Problem Description

Given a simple directed acyclic graph $G$ with $n$ vertices. The vertex weight of vertex $i$ is defined as $w_i$, but the vertex weights are not given.

You need to construct a directed acyclic graph $G'$ with at most $2\times n$ vertices and exactly $n$ edges. For each edge in $G'$, you must assign some $w_i$ as its edge weight, such that the length of the longest path in $G'$ is equal to that in $G$.

In $G$, the length of a path is defined as the sum of the weights of all vertices on the path. In $G'$, it is defined as the sum of the weights of all edges on the path.

However, none of the $w_i$ are given, so your construction of $G'$ must satisfy: for any possible positive sequence $[w_1,\ldots,w_n]$, the longest path lengths of $G$ and $G'$ must be equal.

Construct such a $G'$, or state that it does not exist.

Input Format

The first line contains two integers $n,m$.

The next $m$ lines each contain two integers $x,y$, indicating that there is a directed edge from vertex $x$ to vertex $y$.

Output Format

If there is no $G'$ satisfying the requirements, output one line containing $-1$.

Otherwise, output $n+1$ lines:

The first line contains an integer $N$, the number of vertices in your constructed graph $G'$.

The next $n$ lines each contain three integers $x,y,z$, indicating that in $G'$ there is an edge from vertex $x$ to vertex $y$, and its edge weight equals $w_z$.

You must ensure that $0\leq N\leq 2\times n$, $1\leq x,y\leq N$, and $1\leq z\leq n$.
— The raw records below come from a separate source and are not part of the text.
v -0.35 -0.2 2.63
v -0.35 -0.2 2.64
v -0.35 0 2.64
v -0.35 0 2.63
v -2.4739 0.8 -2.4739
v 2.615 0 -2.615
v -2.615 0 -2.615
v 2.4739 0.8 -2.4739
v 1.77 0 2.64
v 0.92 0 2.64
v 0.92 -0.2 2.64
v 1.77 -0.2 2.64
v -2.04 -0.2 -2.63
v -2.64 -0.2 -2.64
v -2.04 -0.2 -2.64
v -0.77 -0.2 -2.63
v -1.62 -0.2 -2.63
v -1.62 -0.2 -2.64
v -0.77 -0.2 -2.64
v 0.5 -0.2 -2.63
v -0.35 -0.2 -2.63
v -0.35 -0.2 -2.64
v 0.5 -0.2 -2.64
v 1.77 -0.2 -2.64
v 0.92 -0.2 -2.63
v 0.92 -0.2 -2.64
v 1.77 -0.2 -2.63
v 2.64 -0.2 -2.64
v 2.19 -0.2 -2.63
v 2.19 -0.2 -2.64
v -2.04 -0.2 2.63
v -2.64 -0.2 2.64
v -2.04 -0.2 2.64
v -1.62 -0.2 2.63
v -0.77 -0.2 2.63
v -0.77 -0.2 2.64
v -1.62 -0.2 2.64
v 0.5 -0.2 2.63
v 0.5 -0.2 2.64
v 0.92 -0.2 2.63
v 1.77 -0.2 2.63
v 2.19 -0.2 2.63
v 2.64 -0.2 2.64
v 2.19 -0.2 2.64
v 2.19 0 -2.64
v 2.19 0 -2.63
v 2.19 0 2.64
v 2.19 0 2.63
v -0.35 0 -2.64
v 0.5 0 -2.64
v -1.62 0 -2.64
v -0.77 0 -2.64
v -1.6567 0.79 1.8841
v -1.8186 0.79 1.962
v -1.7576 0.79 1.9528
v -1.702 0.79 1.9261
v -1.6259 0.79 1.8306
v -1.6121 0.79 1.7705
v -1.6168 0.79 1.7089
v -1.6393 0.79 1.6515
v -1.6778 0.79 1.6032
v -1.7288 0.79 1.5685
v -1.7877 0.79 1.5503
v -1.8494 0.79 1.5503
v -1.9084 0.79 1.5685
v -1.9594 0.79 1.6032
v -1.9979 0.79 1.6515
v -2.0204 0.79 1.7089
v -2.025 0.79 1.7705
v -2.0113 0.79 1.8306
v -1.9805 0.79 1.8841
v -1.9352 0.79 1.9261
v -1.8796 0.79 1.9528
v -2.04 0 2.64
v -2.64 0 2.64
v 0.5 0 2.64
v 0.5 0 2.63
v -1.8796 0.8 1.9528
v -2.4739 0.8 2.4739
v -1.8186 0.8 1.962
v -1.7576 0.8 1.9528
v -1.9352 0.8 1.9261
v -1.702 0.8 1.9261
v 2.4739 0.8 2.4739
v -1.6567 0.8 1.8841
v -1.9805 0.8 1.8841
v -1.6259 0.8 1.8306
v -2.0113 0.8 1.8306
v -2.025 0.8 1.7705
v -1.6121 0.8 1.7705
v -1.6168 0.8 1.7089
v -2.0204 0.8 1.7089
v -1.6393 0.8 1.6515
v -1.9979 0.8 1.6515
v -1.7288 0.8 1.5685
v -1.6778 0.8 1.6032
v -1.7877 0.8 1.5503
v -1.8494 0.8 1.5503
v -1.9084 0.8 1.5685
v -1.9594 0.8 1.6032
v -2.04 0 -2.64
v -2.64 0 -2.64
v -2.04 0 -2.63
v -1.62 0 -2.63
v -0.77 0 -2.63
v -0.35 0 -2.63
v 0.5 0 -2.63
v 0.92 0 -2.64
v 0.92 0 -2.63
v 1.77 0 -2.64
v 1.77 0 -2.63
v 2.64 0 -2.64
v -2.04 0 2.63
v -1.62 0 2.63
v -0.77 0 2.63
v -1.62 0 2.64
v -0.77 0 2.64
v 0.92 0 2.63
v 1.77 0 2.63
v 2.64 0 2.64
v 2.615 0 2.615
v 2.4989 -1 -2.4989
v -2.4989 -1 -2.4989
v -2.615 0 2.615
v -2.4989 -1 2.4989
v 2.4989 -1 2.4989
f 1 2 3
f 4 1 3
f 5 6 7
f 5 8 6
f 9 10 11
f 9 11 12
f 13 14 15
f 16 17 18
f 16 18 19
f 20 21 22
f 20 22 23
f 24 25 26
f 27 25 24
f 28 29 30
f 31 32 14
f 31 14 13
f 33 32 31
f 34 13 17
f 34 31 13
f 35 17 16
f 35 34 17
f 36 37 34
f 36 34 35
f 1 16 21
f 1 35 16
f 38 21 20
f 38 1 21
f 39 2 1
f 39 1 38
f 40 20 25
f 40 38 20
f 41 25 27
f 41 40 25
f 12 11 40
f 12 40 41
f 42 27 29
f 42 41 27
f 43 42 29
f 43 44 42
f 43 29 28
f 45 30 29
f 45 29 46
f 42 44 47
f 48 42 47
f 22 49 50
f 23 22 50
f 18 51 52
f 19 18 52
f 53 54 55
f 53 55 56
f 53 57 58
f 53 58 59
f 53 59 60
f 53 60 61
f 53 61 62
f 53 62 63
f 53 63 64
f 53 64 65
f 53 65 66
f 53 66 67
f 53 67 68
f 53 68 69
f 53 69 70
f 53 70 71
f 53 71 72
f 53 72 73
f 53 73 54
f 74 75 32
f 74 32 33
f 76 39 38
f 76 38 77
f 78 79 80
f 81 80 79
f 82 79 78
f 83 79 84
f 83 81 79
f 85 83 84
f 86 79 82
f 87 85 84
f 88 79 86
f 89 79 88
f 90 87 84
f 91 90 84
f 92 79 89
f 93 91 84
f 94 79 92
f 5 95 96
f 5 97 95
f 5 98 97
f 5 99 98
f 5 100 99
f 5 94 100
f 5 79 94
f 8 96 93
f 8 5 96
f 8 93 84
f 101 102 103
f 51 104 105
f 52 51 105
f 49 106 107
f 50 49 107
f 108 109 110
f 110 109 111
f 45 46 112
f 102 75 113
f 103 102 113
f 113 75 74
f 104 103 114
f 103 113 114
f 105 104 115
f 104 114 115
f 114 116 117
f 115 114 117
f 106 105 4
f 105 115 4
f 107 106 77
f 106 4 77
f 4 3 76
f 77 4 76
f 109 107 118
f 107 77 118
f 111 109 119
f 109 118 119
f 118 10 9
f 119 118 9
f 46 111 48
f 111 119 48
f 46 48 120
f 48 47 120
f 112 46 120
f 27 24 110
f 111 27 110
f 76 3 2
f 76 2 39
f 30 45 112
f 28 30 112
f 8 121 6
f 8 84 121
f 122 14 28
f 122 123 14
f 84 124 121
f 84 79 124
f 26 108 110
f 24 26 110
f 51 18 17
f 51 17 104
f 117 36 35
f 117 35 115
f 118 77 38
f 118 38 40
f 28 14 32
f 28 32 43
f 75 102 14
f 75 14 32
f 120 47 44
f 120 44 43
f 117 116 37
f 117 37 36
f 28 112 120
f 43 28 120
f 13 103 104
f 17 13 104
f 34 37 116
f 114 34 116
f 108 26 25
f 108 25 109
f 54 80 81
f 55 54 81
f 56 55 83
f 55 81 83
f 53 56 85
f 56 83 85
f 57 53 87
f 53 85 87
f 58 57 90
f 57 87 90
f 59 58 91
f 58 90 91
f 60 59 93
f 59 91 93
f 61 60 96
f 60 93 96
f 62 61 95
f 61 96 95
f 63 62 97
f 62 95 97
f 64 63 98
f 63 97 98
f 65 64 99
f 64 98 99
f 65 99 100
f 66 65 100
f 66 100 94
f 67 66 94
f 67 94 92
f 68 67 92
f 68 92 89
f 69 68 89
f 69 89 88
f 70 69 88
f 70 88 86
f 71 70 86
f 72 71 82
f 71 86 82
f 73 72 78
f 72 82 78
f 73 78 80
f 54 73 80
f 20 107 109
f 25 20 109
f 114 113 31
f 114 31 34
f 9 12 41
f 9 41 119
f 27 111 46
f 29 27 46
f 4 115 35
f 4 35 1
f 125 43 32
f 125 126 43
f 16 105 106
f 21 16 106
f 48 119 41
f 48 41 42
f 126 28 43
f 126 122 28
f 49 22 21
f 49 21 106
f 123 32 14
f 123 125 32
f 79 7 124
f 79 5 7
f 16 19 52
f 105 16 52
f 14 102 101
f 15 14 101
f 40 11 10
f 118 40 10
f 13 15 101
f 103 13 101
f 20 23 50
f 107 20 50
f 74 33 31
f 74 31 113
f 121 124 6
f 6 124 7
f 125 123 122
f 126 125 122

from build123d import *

# Parameters (mm, degrees)
SKETCH3_W           = 5.23
SKETCH3_H           = 5.23
BOSS_EXTRUDE1_DEPTH = 0.8
BOSS_EXTRUDE1_TAPER = 10
SKETCH4_W           = 5.28
SKETCH4_H           = 5.28
BOSS_EXTRUDE2_DEPTH = 0.2
SKETCH5_W           = 5.28
SKETCH5_H           = 5.28
BOSS_EXTRUDE3_DEPTH = 0.8
BOSS_EXTRUDE3_TAPER = 10
SKETCH6_R           = 0.207024854
CUT_EXTRUDE1_DEPTH  = 0.01
SKETCH8_W           = 0.42
SKETCH8_H           = 0.2
CUT_EXTRUDE2_DEPTH  = 0.01


with BuildPart() as part:
    # Sketch3 → Boss-Extrude1 (new body)
    with BuildSketch(Plane(origin=(0, 0, 0), x_dir=(1, 0, 0), z_dir=(0, 1, 0))):
        Rectangle(SKETCH3_W, SKETCH3_H)
    extrude(amount=BOSS_EXTRUDE1_DEPTH, taper=BOSS_EXTRUDE1_TAPER)

    # Sketch6 → Cut-Extrude1 (cut)
    with BuildSketch(Plane(origin=(0, 0.8, 0), x_dir=(1, 0, 0), z_dir=(0, 1, 0))):
        with Locations(Location((-1.818593304, -1.755006126, 0), (0, 0, 270))):
            Circle(SKETCH6_R)
    extrude(amount=-CUT_EXTRUDE1_DEPTH, mode=Mode.SUBTRACT)


with BuildPart() as body_2:
    # Sketch4 → Boss-Extrude2 (new body)
    with BuildSketch(Plane.XZ):
        Rectangle(SKETCH4_W, SKETCH4_H)
    extrude(amount=BOSS_EXTRUDE2_DEPTH)

    # Sketch8 → Cut-Extrude2 (cut)
    with BuildSketch(Plane.XY.offset(2.64)):
        with Locations((-1.83, -0.1)):
            Rectangle(SKETCH8_W, SKETCH8_H)
        with Locations((-0.56, -0.1)):
            Rectangle(SKETCH8_W, SKETCH8_H)
        with Locations((0.71, -0.1)):
            Rectangle(SKETCH8_W, SKETCH8_H)
        with Locations((1.98, -0.1)):
            Rectangle(SKETCH8_W, SKETCH8_H)
    cut_extrude2 = extrude(amount=-CUT_EXTRUDE2_DEPTH, mode=Mode.SUBTRACT)

    # Mirror1: Cut-Extrude2 across plane
    add(cut_extrude2.mirror(Plane.XY), mode=Mode.SUBTRACT)


with BuildPart() as body_3:
    # Sketch5 → Boss-Extrude3 (new body)
    with BuildSketch(Plane.XZ.offset(0.2)):
        Rectangle(SKETCH5_W, SKETCH5_H)
    extrude(amount=BOSS_EXTRUDE3_DEPTH, taper=BOSS_EXTRUDE3_TAPER)


solid = Compound([part.part, body_2.part, body_3.part])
If there are multiple valid solutions, you may output any one of them.

7 8
1 2
1 3
2 3
2 6
3 4
5 2
5 7
6 7

7
1 2 1
1 2 5
2 3 2
3 4 3
3 5 6
4 6 4
5 7 7

7 8
1 2
2 3
2 6
4 5
4 7
5 3
7 3
7 6

-1

Hint

[Sample #1 Explanation]

In the figure below, the left is $G$ and the right is $G'$. Vertices/edges with the same color indicate the same weight:

Note that this is only one possible answer. Other correct answers can also be accepted.

[Sample #2 Explanation]

In the figure below is $G$. There is no valid $G'$:

[Constraints]

For all testdata: $1\leq n\leq 20000$, $1\leq m\leq 3\times 10^5$, $1\leq x,y\leq n$. The given graph is guaranteed to be acyclic and has no multiple edges.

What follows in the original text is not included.